- Goal of the exercise: Below are entries; copy exactly the lines from the one with "f 75 77 107" through the one with "f 55 128 129", both included, and leave out the rest.

- Records provided:
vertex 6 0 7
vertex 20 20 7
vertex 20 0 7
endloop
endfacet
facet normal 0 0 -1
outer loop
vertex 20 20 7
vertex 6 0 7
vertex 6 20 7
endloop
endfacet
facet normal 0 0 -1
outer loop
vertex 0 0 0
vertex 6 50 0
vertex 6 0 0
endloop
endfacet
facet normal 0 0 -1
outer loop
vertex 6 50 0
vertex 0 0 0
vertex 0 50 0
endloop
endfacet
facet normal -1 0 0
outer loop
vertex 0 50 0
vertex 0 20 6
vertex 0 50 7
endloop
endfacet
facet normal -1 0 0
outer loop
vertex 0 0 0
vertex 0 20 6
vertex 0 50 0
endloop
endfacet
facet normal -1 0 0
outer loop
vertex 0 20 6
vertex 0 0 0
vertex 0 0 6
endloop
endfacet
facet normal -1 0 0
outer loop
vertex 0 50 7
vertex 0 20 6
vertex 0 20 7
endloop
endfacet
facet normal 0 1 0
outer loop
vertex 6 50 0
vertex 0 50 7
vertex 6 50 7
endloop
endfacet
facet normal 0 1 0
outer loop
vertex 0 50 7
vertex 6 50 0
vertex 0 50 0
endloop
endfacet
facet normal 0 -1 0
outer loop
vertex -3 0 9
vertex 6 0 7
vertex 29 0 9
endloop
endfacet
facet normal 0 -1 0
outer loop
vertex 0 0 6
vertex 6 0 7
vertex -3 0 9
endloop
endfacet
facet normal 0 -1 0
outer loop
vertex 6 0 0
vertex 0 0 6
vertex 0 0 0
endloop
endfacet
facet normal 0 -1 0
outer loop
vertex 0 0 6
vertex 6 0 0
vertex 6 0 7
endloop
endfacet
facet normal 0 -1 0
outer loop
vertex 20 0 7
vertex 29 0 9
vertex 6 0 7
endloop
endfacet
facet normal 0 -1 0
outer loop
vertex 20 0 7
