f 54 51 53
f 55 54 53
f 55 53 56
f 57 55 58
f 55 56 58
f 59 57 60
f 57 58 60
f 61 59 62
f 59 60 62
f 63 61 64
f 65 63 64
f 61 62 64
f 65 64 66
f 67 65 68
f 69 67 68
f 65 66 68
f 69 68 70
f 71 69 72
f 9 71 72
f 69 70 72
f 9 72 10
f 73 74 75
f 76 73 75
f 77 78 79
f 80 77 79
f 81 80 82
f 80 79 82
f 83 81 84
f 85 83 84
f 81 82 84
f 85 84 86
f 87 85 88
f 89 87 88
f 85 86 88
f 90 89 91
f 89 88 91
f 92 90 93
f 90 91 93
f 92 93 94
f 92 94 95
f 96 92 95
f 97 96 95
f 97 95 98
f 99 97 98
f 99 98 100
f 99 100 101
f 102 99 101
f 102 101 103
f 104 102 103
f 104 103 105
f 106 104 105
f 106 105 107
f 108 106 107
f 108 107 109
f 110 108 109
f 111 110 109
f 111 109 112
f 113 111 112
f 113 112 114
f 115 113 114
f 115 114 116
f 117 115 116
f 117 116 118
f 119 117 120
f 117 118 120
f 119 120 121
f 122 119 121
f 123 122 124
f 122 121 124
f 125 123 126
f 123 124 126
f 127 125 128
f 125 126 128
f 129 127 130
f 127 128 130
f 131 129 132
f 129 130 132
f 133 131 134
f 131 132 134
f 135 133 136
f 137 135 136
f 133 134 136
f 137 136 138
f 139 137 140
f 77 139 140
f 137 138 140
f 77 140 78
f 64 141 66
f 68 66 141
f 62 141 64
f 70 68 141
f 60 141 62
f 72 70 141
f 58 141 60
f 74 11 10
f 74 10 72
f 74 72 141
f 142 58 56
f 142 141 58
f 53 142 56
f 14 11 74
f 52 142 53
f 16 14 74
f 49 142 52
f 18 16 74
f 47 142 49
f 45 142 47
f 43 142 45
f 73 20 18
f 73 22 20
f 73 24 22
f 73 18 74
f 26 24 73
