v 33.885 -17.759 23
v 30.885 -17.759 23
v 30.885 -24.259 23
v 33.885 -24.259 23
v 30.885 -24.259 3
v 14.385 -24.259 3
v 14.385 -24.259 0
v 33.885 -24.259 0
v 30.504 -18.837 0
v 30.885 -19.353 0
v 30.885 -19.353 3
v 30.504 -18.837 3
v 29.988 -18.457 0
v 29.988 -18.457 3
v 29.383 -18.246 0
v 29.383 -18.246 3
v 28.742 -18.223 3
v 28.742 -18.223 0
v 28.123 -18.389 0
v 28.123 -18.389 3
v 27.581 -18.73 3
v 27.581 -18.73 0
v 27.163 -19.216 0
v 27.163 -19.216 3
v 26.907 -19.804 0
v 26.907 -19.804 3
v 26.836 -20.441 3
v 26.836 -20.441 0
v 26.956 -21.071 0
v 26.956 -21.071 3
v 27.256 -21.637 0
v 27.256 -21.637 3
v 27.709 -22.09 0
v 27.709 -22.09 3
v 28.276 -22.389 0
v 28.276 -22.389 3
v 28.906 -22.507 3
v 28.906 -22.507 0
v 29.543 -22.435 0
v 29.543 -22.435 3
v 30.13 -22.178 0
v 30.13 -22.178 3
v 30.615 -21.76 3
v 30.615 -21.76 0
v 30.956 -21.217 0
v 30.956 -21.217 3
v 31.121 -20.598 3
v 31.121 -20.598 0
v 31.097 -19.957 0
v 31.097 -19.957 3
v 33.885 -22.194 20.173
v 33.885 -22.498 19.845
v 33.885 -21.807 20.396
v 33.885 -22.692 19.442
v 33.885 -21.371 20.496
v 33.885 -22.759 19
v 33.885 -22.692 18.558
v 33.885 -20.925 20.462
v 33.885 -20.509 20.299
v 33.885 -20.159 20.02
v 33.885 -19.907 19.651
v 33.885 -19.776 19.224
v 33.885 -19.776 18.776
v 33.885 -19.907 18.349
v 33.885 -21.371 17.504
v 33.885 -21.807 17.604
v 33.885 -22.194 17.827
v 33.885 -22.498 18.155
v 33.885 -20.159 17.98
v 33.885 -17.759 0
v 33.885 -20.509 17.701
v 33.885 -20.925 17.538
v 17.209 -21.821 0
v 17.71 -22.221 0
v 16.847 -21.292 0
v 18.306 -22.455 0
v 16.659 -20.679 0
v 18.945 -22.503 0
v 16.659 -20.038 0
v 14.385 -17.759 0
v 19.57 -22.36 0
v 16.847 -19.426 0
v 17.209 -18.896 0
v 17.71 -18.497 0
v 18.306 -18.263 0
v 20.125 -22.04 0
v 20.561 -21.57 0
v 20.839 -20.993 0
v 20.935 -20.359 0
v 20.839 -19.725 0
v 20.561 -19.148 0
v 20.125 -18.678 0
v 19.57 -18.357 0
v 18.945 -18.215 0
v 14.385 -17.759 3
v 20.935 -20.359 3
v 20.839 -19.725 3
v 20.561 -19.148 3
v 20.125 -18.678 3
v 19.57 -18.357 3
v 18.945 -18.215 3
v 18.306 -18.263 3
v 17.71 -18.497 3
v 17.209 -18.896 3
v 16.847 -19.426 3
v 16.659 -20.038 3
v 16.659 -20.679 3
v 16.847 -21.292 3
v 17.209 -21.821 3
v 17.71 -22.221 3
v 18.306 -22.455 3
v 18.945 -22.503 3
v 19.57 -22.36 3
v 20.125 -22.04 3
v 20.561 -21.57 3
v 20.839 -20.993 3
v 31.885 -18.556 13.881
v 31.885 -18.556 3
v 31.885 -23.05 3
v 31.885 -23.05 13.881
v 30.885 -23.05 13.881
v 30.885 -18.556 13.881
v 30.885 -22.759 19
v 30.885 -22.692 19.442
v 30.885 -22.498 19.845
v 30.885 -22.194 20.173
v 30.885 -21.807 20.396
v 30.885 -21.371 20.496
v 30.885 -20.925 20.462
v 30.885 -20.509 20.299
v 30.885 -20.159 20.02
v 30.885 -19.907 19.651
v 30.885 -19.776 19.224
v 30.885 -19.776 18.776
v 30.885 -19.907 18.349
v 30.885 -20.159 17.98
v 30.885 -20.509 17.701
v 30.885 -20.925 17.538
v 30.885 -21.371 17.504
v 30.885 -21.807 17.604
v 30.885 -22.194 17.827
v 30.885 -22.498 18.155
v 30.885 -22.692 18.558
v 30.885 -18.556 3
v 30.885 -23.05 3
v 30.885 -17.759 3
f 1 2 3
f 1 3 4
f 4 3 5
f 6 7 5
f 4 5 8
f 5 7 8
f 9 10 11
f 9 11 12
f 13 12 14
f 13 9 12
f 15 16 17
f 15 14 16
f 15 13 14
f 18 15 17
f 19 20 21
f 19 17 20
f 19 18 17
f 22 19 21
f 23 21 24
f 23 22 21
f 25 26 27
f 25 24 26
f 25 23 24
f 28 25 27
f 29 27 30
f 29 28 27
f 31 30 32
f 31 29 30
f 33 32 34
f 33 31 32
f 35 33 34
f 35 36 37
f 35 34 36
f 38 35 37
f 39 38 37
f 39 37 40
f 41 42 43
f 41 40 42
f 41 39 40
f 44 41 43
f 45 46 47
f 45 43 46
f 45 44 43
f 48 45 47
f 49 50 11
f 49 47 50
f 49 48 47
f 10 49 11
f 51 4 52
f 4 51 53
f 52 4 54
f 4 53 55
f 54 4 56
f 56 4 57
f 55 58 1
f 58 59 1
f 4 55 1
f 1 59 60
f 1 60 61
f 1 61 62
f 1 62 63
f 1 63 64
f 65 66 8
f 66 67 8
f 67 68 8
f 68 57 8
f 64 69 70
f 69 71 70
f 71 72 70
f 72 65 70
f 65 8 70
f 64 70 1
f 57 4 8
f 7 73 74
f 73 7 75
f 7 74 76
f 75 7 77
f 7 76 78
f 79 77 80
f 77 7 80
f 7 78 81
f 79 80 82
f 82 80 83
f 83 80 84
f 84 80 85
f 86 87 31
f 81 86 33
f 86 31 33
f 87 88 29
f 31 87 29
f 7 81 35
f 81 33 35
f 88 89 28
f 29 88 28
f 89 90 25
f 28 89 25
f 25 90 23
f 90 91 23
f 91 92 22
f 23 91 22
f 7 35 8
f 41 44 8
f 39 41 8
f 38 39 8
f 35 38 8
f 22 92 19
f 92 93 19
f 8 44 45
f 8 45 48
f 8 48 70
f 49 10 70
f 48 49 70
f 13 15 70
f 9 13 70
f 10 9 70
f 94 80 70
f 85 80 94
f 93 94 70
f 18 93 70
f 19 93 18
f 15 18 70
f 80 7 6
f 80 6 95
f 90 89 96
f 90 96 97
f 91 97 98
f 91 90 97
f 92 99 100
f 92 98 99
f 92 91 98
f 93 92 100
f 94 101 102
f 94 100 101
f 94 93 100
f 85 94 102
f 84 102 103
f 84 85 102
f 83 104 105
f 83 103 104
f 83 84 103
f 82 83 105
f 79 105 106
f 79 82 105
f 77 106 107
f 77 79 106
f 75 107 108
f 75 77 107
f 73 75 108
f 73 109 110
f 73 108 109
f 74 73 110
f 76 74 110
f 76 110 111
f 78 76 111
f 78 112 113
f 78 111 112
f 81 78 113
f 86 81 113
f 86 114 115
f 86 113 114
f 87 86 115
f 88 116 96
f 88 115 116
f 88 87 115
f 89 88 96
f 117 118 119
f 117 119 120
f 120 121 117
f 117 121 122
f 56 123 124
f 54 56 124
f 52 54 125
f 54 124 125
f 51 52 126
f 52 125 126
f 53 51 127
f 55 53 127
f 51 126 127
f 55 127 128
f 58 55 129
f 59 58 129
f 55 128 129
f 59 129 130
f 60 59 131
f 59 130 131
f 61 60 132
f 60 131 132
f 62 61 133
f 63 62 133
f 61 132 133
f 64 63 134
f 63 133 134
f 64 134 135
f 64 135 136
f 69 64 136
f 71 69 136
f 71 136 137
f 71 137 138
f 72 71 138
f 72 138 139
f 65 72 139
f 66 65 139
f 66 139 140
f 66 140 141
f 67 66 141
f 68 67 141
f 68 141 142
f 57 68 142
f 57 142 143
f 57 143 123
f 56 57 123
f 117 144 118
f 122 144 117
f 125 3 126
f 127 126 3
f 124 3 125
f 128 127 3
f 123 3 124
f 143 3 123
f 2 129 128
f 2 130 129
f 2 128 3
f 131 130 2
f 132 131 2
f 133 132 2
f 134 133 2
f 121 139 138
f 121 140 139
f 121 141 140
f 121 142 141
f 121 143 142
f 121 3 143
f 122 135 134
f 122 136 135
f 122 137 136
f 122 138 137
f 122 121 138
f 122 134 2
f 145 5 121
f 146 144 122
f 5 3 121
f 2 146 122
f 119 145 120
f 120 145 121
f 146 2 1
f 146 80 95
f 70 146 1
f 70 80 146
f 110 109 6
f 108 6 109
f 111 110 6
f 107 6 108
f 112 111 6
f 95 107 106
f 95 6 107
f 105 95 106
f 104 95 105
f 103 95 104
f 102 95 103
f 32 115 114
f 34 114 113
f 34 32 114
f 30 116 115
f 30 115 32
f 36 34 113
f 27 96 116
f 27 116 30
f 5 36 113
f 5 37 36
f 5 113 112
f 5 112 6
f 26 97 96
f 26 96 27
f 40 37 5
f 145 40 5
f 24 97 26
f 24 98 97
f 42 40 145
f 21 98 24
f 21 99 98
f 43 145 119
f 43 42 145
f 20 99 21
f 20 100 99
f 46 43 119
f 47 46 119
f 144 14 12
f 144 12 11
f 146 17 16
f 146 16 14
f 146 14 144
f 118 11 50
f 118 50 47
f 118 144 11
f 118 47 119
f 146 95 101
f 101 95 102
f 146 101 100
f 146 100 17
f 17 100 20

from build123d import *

# Parameters (mm, degrees)
SKETCH1_W               = 19.5
SKETCH1_H               = 6.5
BOSS_EXTRUDE1_DEPTH     = 3
SKETCH2_W               = 3
SKETCH2_H               = 6.5
BOSS_EXTRUDE2_DEPTH     = 20
SKETCH3_R               = 1.5
CUT_EXTRUDE1_DEPTH      = 10
CUT_EXTRUDE2_DEPTH      = 10
CUT_EXTRUDE2_DEPTH_BACK = 10
SKETCH4_R               = 2.15
SKETCH5_W               = 10.88141253
SKETCH5_H               = 4.494582939
CUT_EXTRUDE3_DEPTH      = 1


with BuildPart() as part:
    # Sketch1 → Boss-Extrude1 (new body)
    with BuildSketch(Plane.XY):
        with Locations((24.134573854, -21.008812853)):
            Rectangle(SKETCH1_W, SKETCH1_H)
    extrude(amount=BOSS_EXTRUDE1_DEPTH)

    # Sketch2 → Boss-Extrude2 (add)
    with BuildSketch(Plane.XY.offset(3)):
        with Locations((32.384573854, -21.008812853)):
            Rectangle(SKETCH2_W, SKETCH2_H)
    extrude(amount=BOSS_EXTRUDE2_DEPTH)

    # Sketch3 → Cut-Extrude1 (cut)
    with BuildSketch(Plane.ZY.offset(-30.884573854)):
        with Locations(Location((19, -21.258812853, 0), (0, 0, 270))):
            Circle(SKETCH3_R)
    extrude(amount=-CUT_EXTRUDE1_DEPTH, mode=Mode.SUBTRACT)

    # Sketch4 → Cut-Extrude2 (cut, two sides: drawn at the far end of the back side and taken through both)
    with BuildSketch(Plane.XY.offset(3).offset(-CUT_EXTRUDE2_DEPTH_BACK)):
        with Locations(Location((28.984573854, -20.358812853, 0), (0, 0, 27.905472791))):
            Circle(SKETCH4_R)
        with Locations((18.784573854, -20.358812853)):
            Circle(SKETCH4_R)
    extrude(amount=CUT_EXTRUDE2_DEPTH + CUT_EXTRUDE2_DEPTH_BACK, mode=Mode.SUBTRACT)

    # Sketch5 → Cut-Extrude3 (cut)
    with BuildSketch(Plane.ZY.offset(-30.884573854)):
        with Locations((8.440706265, -20.802989028)):
            Rectangle(SKETCH5_W, SKETCH5_H)
    extrude(amount=-CUT_EXTRUDE3_DEPTH, mode=Mode.SUBTRACT)


solid = part.part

- Answer space:
f 75 77 107
f 73 75 108
f 73 109 110
f 73 108 109
f 74 73 110
f 76 74 110
f 76 110 111
f 78 76 111
f 78 112 113
f 78 111 112
f 81 78 113
f 86 81 113
f 86 114 115
f 86 113 114
f 87 86 115
f 88 116 96
f 88 115 116
f 88 87 115
f 89 88 96
f 117 118 119
f 117 119 120
f 120 121 117
f 117 121 122
f 56 123 124
f 54 56 124
f 52 54 125
f 54 124 125
f 51 52 126
f 52 125 126
f 53 51 127
f 55 53 127
f 51 126 127
f 55 127 128
f 58 55 129
f 59 58 129
f 55 128 129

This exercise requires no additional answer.